File "/myproject/F11/Engineering/f11_app/templates/show_records.html", line 25, in block "body"
<td>{{ record.record_date|format_date }}</td>
File "./f11_app/filters.py", line 7, in format_date
day = babel_dates.format_date(value, "EE")
File "/myproject/myproject-env/local/lib/python2.7/site-packages/babel/dates.py", line 459, in format_date
return pattern.apply(date, locale)
File "/myproject/myproject-env/local/lib/python2.7/site-packages/babel/dates.py", line 702, in apply
return self % DateTimeFormat(datetime, locale)
File "/myproject/myproject-env/local/lib/python2.7/site-packages/babel/dates.py", line 699, in __mod__
return self.format % other
File "/myproject/myproject-env/local/lib/python2.7/site-packages/babel/dates.py", line 734, in __getitem__
return self.format_weekday(char, num)
File "/myproject/myproject-env/local/lib/python2.7/site-packages/babel/dates.py", line 821, in format_weekday
return get_day_names(width, context, self.locale)[weekday]
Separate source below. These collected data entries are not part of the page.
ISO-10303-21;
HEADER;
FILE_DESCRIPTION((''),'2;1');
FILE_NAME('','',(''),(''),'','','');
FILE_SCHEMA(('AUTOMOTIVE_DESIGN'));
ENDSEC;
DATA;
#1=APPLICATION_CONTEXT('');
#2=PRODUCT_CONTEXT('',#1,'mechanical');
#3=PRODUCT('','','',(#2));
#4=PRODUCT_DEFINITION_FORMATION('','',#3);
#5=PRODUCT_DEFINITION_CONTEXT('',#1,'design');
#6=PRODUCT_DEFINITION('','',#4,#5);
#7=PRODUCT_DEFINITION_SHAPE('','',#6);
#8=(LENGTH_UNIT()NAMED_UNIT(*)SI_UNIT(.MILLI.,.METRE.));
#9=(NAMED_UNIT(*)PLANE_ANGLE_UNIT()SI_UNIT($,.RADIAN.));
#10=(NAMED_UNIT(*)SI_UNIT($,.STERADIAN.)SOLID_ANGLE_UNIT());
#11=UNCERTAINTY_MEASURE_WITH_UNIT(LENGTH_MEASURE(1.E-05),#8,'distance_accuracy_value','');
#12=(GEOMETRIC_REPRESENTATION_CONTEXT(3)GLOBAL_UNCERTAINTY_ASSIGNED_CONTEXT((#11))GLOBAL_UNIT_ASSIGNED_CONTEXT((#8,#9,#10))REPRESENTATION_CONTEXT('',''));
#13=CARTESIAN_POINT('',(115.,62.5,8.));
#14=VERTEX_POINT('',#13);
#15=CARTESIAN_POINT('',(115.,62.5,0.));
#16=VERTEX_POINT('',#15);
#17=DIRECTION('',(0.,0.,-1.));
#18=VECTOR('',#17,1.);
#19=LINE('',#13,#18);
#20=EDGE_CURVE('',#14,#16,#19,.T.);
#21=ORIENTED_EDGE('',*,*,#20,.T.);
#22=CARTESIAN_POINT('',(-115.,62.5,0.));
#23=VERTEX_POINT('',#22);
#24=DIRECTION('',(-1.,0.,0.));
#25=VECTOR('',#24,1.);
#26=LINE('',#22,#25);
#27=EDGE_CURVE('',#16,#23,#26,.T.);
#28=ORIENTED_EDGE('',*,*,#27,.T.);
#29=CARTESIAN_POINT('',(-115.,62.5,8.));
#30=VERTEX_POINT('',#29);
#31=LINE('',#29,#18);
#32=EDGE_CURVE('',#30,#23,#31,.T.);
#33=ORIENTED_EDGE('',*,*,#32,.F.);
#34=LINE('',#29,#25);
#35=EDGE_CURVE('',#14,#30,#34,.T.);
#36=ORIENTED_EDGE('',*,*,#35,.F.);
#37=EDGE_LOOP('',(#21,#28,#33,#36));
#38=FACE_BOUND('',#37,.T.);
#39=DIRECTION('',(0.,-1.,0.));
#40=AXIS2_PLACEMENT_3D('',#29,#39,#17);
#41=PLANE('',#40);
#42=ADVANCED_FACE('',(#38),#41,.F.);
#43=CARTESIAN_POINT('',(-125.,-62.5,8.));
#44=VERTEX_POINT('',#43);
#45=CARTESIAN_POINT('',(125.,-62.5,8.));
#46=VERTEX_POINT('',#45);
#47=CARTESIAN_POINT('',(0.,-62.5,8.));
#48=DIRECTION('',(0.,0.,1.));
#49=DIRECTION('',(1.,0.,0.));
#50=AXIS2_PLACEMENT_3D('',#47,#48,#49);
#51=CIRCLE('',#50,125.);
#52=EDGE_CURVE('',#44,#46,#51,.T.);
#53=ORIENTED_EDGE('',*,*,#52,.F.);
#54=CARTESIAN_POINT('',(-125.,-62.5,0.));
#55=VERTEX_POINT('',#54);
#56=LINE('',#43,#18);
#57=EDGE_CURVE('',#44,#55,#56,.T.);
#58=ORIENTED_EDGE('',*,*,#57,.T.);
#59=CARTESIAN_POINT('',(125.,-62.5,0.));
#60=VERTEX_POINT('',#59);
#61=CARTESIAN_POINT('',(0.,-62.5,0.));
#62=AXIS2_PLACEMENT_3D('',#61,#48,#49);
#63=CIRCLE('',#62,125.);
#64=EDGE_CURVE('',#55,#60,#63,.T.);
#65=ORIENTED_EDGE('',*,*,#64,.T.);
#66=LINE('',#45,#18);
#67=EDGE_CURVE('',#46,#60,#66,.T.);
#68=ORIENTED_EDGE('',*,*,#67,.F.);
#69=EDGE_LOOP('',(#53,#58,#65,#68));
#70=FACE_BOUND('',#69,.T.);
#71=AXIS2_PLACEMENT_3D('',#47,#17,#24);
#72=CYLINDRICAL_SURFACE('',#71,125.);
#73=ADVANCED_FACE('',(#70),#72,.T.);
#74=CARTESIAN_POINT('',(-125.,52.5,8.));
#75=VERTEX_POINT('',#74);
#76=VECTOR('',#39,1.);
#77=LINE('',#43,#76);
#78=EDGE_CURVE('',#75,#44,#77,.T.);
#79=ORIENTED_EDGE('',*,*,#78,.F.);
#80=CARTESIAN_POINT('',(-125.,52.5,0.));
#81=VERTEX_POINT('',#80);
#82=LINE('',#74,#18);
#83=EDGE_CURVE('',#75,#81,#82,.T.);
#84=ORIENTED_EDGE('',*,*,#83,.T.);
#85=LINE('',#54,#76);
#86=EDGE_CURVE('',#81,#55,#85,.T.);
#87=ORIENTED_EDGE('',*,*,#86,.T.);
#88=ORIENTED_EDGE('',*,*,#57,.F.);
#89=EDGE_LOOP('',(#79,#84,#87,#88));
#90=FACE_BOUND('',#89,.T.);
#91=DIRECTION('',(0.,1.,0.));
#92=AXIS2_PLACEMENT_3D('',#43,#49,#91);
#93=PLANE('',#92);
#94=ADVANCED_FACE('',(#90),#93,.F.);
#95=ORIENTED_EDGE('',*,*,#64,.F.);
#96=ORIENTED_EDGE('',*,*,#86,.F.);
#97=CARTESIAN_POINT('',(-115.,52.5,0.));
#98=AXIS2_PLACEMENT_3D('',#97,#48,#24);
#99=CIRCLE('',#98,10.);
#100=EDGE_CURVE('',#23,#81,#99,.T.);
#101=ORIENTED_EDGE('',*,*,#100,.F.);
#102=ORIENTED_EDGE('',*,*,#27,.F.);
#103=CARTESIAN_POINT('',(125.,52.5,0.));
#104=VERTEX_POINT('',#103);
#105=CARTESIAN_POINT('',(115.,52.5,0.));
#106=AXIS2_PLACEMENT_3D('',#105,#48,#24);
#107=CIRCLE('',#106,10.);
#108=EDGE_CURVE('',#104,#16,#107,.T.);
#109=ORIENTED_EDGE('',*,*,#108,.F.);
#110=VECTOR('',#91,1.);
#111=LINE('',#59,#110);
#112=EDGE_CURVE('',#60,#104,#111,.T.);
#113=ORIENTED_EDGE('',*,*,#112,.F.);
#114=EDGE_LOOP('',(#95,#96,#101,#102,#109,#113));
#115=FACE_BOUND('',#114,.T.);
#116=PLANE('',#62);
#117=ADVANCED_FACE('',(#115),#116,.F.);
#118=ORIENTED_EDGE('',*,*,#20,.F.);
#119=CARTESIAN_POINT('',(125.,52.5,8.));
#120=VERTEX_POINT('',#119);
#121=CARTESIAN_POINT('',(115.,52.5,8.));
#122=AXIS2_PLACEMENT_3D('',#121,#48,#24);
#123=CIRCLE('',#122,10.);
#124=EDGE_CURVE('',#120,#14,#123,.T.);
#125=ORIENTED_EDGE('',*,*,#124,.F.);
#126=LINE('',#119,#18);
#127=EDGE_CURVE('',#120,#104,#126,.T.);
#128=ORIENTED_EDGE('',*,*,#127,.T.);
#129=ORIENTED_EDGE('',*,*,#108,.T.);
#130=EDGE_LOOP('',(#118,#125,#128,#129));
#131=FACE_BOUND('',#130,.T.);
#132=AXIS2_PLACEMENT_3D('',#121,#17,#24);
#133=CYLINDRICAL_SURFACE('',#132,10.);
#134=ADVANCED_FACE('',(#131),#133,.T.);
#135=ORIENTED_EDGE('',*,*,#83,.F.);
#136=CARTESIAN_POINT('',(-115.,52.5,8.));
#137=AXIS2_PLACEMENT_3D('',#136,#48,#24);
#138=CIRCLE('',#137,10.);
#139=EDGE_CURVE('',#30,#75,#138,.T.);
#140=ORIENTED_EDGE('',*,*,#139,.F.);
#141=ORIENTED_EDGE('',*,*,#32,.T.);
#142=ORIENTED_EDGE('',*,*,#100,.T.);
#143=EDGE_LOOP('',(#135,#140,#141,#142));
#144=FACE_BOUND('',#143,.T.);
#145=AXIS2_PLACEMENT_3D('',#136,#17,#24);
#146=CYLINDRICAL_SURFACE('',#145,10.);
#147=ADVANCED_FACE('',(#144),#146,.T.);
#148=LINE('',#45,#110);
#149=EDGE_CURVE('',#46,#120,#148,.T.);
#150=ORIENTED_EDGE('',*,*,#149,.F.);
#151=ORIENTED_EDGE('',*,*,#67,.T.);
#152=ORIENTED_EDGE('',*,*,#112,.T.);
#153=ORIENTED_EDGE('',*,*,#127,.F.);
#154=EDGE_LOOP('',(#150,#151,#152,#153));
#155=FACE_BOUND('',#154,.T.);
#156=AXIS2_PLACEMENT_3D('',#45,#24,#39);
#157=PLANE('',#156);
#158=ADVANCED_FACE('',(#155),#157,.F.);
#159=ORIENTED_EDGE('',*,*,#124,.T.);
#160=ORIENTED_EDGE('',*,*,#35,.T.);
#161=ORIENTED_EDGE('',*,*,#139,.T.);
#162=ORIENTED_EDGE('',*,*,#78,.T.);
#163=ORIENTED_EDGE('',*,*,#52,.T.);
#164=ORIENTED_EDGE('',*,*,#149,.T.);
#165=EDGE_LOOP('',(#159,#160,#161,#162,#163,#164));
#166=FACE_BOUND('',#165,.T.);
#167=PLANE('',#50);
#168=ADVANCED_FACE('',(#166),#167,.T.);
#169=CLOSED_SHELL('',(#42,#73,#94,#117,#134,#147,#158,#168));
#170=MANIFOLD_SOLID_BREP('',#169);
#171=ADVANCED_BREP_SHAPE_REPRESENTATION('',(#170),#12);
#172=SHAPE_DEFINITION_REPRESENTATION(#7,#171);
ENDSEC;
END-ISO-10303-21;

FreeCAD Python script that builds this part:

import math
import FreeCAD as App
import Part
import Sketcher
Q = App.Units.Quantity

doc = App.newDocument("Part")
body = doc.addObject("PartDesign::Body", "Body")

sketch1 = body.newObject("Sketcher::SketchObject", "Sketch")
sketch1.AttachmentSupport = (doc.getObject("XY_Plane"), [""])
sketch1.MapMode = "FlatFace"
sketch1.addGeometry([
    Part.LineSegment(App.Vector(-125, 52, 0), App.Vector(-125, -62, 0)),
    Part.ArcOfCircle(Part.Circle(App.Vector(0, -62, 0), App.Vector(0, 0, 1), 125), math.radians(180), math.radians(360)),
    Part.LineSegment(App.Vector(125, -62, 0), App.Vector(125, 52, 0)),
    Part.ArcOfCircle(Part.Circle(App.Vector(115, 52, 0), App.Vector(0, 0, 1), 10), math.radians(0), math.radians(90)),
    Part.LineSegment(App.Vector(115, 62, 0), App.Vector(-115, 62, 0)),
    Part.ArcOfCircle(Part.Circle(App.Vector(-115, 52, 0), App.Vector(0, 0, 1), 10), math.radians(90), math.radians(180)),
], False)
sketch1.addConstraint([
    Sketcher.Constraint("Tangent", 0, 2, 1, 1),
    Sketcher.Constraint("Tangent", 1, 2, 2, 1),
    Sketcher.Constraint("Tangent", 2, 2, 3, 1),
    Sketcher.Constraint("Tangent", 3, 2, 4, 1),
    Sketcher.Constraint("Tangent", 4, 2, 5, 1),
    Sketcher.Constraint("Tangent", 5, 2, 0, 1),
    Sketcher.Constraint("Vertical", 0),
    Sketcher.Constraint("Vertical", 2),
    Sketcher.Constraint("Horizontal", 4),
    Sketcher.Constraint("Equal", 3, 5),
    Sketcher.Constraint("PointOnObject", 1, 3, -2),
    Sketcher.Constraint("Radius", 1, Q("125 mm")),
    Sketcher.Constraint("Radius", 3, Q("10 mm")),
    Sketcher.Constraint("DistanceY", 0, 2, 0, 1, Q("115 mm")),
    Sketcher.Constraint("DistanceY", 1, 3, -1, 1, Q("62.5 mm")),
])
pad1 = body.newObject("PartDesign::Pad", "Pad")
pad1.Profile = sketch1
pad1.Length = 8

doc.recompute()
File "/myproject/myproject-env/local/lib/python2.7/site-packages/babel/dates.py", line 69, in get_day_names
return Locale.parse(locale).days[context][width]
AttributeError: 'NoneType' object has no attribute 'days'
This is the way I was using the Flask filter:
import babel.dates as babel_dates
@app.template_filter('format_date')
def format_date(value):
day = babel_dates.format_date(value, "EE")
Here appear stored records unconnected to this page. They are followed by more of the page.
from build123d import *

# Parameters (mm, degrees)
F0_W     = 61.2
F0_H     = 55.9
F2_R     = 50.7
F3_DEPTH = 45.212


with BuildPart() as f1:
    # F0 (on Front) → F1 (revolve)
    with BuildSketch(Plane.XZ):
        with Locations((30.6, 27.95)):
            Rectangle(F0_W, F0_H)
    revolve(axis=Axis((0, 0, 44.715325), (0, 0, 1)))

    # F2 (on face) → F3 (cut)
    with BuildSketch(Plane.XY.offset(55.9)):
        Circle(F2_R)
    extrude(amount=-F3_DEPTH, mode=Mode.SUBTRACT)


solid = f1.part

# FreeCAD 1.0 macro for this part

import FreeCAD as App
import Part
import Sketcher
from FreeCAD import Vector

doc = App.newDocument("Part")
body = doc.addObject("PartDesign::Body", "Body")

# Sketch on XZ plane
sketch1 = doc.addObject("Sketcher::SketchObject", "Sketch")
body.addObject(sketch1)
sketch1.AttachmentSupport = (doc.XZ_Plane, [""])
sketch1.MapMode = "FlatFace"
sketch1.addGeometry(Part.LineSegment(Vector(0, 56, 0), Vector(0, 0, 0)), False)
sketch1.addGeometry(Part.LineSegment(Vector(0, 0, 0), Vector(61, 0, 0)), False)
sketch1.addGeometry(Part.LineSegment(Vector(61, 0, 0), Vector(61, 56, 0)), False)
sketch1.addGeometry(Part.LineSegment(Vector(61, 56, 0), Vector(0, 56, 0)), False)
sketch1.addConstraint(Sketcher.Constraint("Coincident", 0, 2, 1, 1))
sketch1.addConstraint(Sketcher.Constraint("Coincident", 1, 2, 2, 1))
sketch1.addConstraint(Sketcher.Constraint("Coincident", 2, 2, 3, 1))
sketch1.addConstraint(Sketcher.Constraint("Coincident", 3, 2, 0, 1))
sketch1.addConstraint(Sketcher.Constraint("Vertical", 0))
sketch1.addConstraint(Sketcher.Constraint("Horizontal", 1))
sketch1.addConstraint(Sketcher.Constraint("Vertical", 2))
sketch1.addConstraint(Sketcher.Constraint("Horizontal", 3))
sketch1.addConstraint(Sketcher.Constraint("Coincident", 0, 2, -1, 1))
sketch1.addConstraint(Sketcher.Constraint("DistanceX", 1, 1, 1, 2, 61.2))
sketch1.addConstraint(Sketcher.Constraint("DistanceY", 0, 2, 0, 1, 55.9))
revolution = doc.addObject("PartDesign::Revolution", "Revolution")
body.addObject(revolution)
revolution.Profile = sketch1
revolution.ReferenceAxis = (sketch1, ["V_Axis"])
revolution.Angle = 360

# Sketch on XY plane
sketch2 = doc.addObject("Sketcher::SketchObject", "Sketch001")
body.addObject(sketch2)
sketch2.AttachmentSupport = (doc.XY_Plane, [""])
sketch2.MapMode = "FlatFace"
sketch2.AttachmentOffset = App.Placement(Vector(0, 0, 55.9), App.Rotation())
sketch2.addGeometry(Part.Circle(Vector(0, 0, 0), Vector(0, 0, 1), 51), False)
sketch2.addConstraint(Sketcher.Constraint("Coincident", 0, 3, -1, 1))
sketch2.addConstraint(Sketcher.Constraint("Diameter", 0, 101.4))
pocket1 = doc.addObject("PartDesign::Pocket", "Pocket")
body.addObject(pocket1)
pocket1.Profile = sketch2
pocket1.Length = 45.212

doc.recompute()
return '{0} {1}'.format(day.upper(), affix(value.day))
The strangest part is that this code is working perfectly fine within the dev environment (!). It works even fine when running the uwsgi as a root process from the command line. But it fails when ran by the www-data daemon. This must have something to do with how the locale is set, which Flask-Babel is trying to fall back to.
When I changed the import like this, it all worked finally with the daemon:
from flask.ext.babel import format_date
@app.template_filter('format_date1')
def format_date1(value):
day = format_date(value, "EE")
return '{0} {1}'.format(day.upper(), affix(value.day))
Hence be careful when using Eclipse/Aptana Studio that is trying to pick the right namespace for your classes in code. It can really turn ugly.
It is now working perfectly fine as a uwsgi daemon on an Amazon Ec2 (Ubuntu 12.04) since 2 days. I hope this experience helps fellow python developers.